St. Elmo Village is marked by a distinctive architectural layout--10 turn-of-the-century wood-frame bungalows with a large garage and small courtyard in the back. The village is home to eight residents as well as a community arts space, set amid a carpet of cacti, conifers and succulents in the predominantly African American and Latino neighborhood in the 4800 block of St. Elmo Drive.

To followers and friends, the essence and spirit of St. Elmo Village is a passion to unleash people's best through art--exemplified by its founders Rozzell and Roderick Sykes. They pushed the simple motto: "If you live in a shoe box, make it the best shoe box it can be."

Said Diane Lazarus, a first-grade teacher at the neighboring Alta Loma School and an avid volunteer during the village's first decade: "During some of the neighborhood's hard times, when it was at its weakest points, the village was the one place that held strong and worked with neighbors to pull things together."

But now the village has hit a weak point, struggling to pay bills and secure funding to run its free art workshops.

"Right now we're in a crisis," said Roderick Sykes, 48. "We need funding. If we go, the community has nothing."

Since its birth in the mid-1960s, St.
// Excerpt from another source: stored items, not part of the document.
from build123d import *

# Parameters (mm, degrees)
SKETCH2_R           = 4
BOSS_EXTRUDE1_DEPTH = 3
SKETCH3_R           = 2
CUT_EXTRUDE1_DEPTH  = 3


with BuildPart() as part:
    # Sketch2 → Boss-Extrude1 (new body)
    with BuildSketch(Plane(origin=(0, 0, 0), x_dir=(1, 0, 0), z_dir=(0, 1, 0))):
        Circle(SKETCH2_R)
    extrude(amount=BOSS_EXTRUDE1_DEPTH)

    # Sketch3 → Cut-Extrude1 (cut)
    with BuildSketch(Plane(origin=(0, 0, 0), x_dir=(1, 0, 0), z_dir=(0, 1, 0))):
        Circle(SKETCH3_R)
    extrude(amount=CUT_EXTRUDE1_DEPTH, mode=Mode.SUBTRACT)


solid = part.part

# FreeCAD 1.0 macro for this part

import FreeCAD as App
import Part
import Sketcher

V = App.Vector

doc = App.newDocument("Part")
body = doc.addObject("PartDesign::Body", "Body")

sketch1 = doc.addObject("Sketcher::SketchObject", "Sketch")
body.addObject(sketch1)
sketch1.AttachmentSupport = (doc.XZ_Plane, [""])
sketch1.MapMode = "FlatFace"
sketch1.addGeometry(Part.Circle(V(0, 0, 0), V(0, 0, 1), 4), False)
sketch1.addConstraint(Sketcher.Constraint("Coincident", 0, 3, -1, 1))
sketch1.addConstraint(Sketcher.Constraint("Diameter", 0, 8.0))
pad1 = doc.addObject("PartDesign::Pad", "Pad")
body.addObject(pad1)
pad1.Profile = sketch1
pad1.Length = 3
pad1.Reversed = True

sketch2 = doc.addObject("Sketcher::SketchObject", "Sketch001")
body.addObject(sketch2)
sketch2.AttachmentSupport = (doc.XZ_Plane, [""])
sketch2.MapMode = "FlatFace"
sketch2.addGeometry(Part.Circle(V(0, 0, 0), V(0, 0, 1), 2), False)
sketch2.addConstraint(Sketcher.Constraint("Coincident", 0, 3, -1, 1))
sketch2.addConstraint(Sketcher.Constraint("Diameter", 0, 4.0))
pocket1 = doc.addObject("PartDesign::Pocket", "Pocket")
body.addObject(pocket1)
pocket1.Profile = sketch2
pocket1.Length = 3

doc.recompute()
Elmo Village has operated with limited funding. It relies heavily on volunteers who have helped stage free art workshops, staff the office and organize its annual Festival of the Art of Creative Survival. The Memorial Day weekend event, featuring artwork, dance and music, has given the village its greatest exposure and profit. But it has not been held for three years because of a major renovation of the village set for completion next month.
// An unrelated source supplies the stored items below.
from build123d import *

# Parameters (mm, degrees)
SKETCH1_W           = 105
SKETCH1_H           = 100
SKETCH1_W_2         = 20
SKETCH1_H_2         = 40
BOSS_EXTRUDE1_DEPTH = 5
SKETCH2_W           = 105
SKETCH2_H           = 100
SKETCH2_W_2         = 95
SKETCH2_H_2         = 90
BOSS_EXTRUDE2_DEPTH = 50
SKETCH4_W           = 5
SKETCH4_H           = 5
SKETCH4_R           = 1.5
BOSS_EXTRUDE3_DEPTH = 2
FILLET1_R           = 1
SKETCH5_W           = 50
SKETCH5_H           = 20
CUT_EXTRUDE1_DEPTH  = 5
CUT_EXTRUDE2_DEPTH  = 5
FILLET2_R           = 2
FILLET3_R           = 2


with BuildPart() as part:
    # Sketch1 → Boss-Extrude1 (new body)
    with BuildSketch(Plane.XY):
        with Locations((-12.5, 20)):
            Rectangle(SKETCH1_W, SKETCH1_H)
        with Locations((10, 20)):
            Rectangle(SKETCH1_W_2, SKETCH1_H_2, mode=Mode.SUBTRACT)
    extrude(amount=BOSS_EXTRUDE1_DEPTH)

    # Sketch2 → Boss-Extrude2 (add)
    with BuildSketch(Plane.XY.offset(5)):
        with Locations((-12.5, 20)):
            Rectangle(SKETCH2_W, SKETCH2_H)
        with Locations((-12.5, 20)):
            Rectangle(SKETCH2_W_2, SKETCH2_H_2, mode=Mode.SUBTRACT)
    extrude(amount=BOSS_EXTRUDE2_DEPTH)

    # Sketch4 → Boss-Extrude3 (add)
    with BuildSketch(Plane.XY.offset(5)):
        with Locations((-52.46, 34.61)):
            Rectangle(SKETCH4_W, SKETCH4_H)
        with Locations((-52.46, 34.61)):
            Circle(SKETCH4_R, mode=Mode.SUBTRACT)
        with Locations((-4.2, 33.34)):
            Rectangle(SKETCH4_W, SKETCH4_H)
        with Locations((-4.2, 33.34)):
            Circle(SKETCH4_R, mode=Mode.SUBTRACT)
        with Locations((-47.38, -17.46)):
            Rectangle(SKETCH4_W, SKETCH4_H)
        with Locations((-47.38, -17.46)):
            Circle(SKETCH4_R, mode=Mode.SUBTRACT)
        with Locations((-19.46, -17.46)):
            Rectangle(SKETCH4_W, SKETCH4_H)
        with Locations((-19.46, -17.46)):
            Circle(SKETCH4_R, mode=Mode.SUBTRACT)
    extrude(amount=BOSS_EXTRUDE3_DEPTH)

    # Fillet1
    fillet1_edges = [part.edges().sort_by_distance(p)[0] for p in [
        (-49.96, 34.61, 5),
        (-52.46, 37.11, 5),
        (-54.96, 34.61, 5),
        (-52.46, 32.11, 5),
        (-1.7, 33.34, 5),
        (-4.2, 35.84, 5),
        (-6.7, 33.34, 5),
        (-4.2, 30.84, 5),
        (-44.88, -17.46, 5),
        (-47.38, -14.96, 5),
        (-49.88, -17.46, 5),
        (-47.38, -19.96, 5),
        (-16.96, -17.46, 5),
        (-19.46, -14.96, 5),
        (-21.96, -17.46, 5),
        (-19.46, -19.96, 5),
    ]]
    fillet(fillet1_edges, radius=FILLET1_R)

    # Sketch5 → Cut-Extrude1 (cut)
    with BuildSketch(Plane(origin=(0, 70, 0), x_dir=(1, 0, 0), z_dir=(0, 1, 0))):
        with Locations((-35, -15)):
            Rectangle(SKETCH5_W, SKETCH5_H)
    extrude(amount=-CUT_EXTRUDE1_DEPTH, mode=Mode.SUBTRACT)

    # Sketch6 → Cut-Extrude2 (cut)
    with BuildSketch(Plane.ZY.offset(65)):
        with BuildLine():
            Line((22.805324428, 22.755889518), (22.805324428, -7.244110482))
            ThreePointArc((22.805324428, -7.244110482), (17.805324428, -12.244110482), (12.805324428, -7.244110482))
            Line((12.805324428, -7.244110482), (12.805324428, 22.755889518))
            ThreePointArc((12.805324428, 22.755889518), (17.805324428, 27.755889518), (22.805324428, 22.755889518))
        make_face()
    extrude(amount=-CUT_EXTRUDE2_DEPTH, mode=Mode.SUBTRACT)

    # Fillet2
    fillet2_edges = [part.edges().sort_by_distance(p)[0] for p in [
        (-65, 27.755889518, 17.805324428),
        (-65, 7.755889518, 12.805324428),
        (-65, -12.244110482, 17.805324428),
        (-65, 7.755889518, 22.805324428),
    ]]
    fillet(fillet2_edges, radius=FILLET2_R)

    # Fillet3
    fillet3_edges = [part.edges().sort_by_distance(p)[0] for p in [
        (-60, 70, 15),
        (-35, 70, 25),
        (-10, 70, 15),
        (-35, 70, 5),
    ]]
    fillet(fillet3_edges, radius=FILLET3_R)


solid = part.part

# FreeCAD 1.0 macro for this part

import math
import FreeCAD as App
import Part
import Sketcher
from FreeCAD import Vector
Q = App.Units.Quantity


def edges_at(feature, points):
    """Names of the edges that pass closest to the given points."""
    edges = feature.Shape.Edges
    near = lambda p: min(range(len(edges)), key=lambda i: edges[i].distToShape(Part.Vertex(*p))[0])
    return sorted({f"Edge{near(p) + 1}" for p in points})


def add_polygon(sketch, points):
    """Adds a closed chain of lines whose ends are joined by coincident constraints."""
    first, n = sketch.GeometryCount, len(points)
    for a, b in zip(points, points[1:] + points[:1]):
        sketch.addGeometry(Part.LineSegment(App.Vector(*a, 0), App.Vector(*b, 0)), False)
    for i in range(n):
        sketch.addConstraint(Sketcher.Constraint("Coincident", first + i, 2, first + (i + 1) % n, 1))

doc = App.newDocument("Part")
params = doc.addObject("Spreadsheet::Sheet", "Params")
for row, (alias, value) in enumerate([
    ("sketch1_width", "105 mm"),
    ("sketch1_width2", "20 mm"),
    ("sketch1_height", "100 mm"),
    ("sketch1_height2", "40 mm"),
    ("pad1_length", "5 mm"),
    ("sketch2_width", "105 mm"),
    ("sketch2_width2", "95 mm"),
    ("sketch2_height", "100 mm"),
    ("sketch2_height2", "90 mm"),
    ("pad2_length", "50 mm"),
    ("sketch3_diameter", "3 mm"),
    ("sketch3_width", "5 mm"),
    ("pad3_length", "2 mm"),
    ("fillet_radius", "1 mm"),
    ("sketch4_width", "50 mm"),
    ("sketch4_height", "20 mm"),
    ("pocket1_length", "5 mm"),
    ("sketch5_radius", "5 mm"),
    ("sketch5_width", "30 mm"),
    ("pocket2_length", "5 mm"),
    ("fillet2_radius", "2 mm"),
    ("fillet3_radius", "2 mm"),
], start=1):
    params.set(f"A{row}", alias)
    params.set(f"B{row}", "=" + value)
    params.setAlias(f"B{row}", alias)

body = doc.addObject("PartDesign::Body", "Body")

sketch1 = body.newObject("Sketcher::SketchObject", "Sketch")
sketch1.AttachmentSupport = (doc.getObject("XY_Plane"), [""])
sketch1.MapMode = "FlatFace"
add_polygon(sketch1, [(-65, 70), (-65, -30), (40, -30), (40, 70)])
add_polygon(sketch1, [(20, 0), (0, 0), (0, 40), (20, 40)])
sketch1.addConstraint(Sketcher.Constraint("Vertical", 0))
sketch1.addConstraint(Sketcher.Constraint("Horizontal", 1))
sketch1.addConstraint(Sketcher.Constraint("Vertical", 2))
sketch1.addConstraint(Sketcher.Constraint("Horizontal", 3))
sketch1.addConstraint(Sketcher.Constraint("Horizontal", 4))
sketch1.addConstraint(Sketcher.Constraint("Vertical", 5))
sketch1.addConstraint(Sketcher.Constraint("Horizontal", 6))
sketch1.addConstraint(Sketcher.Constraint("Vertical", 7))
sketch1.addConstraint(Sketcher.Constraint("Coincident", 4, 2, -1, 1))
sketch1.addConstraint(Sketcher.Constraint("DistanceX", 1, 1, 1, 2, Q("105 mm")))
sketch1.addConstraint(Sketcher.Constraint("DistanceX", 4, 2, 4, 1, Q("20 mm")))
sketch1.addConstraint(Sketcher.Constraint("DistanceY", 0, 2, 0, 1, Q("100 mm")))
sketch1.addConstraint(Sketcher.Constraint("DistanceY", 5, 1, 5, 2, Q("40 mm")))
sketch1.addConstraint(Sketcher.Constraint("DistanceX", 0, 2, -1, 1, Q("65 mm")))
sketch1.addConstraint(Sketcher.Constraint("DistanceY", 0, 2, -1, 1, Q("30 mm")))
sketch1.setExpression("Constraints[17]", "Params.sketch1_width")
sketch1.setExpression("Constraints[18]", "Params.sketch1_width2")
sketch1.setExpression("Constraints[19]", "Params.sketch1_height")
sketch1.setExpression("Constraints[20]", "Params.sketch1_height2")
pad1 = body.newObject("PartDesign::Pad", "Pad")
pad1.Profile = sketch1
pad1.setExpression("Length", "Params.pad1_length")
Most of the village's funding comes from city grants that pay for the free workshops and allow village leaders to hire aspiring artists. Private grants have helped pay for occasional office help, but the administrative burden falls on Sykes and his wife, Jacqueline Alexander-Sykes, who juggle earning their livelihood as artists with running the village and writing grant proposals. The village has no full-time paid staff.

In its heyday during the mid-1970s, St. Elmo Village became a tourist attraction and was featured in national guidebooks. Over time, things changed and the artists of St. Elmo have had to master the art of survival in a neighborhood swirling with changes and problems.

But the children do keep coming, even if in fewer numbers.

On a dreary, drizzly afternoon, a collection of youngsters ranging in age from 3 to 15 gathered in the painting workshop to learn about working on a canvas.

At 9, Maria Garcia is a village regular. Her latest artwork: a pink cross sitting atop a royal blue hill with a rose in the middle, two hearts on either side and stars around it.

"This is the most fun thing I do because I like to draw and paint; that's what I learned when I started coming here," said Maria, who has been attending workshops for two years.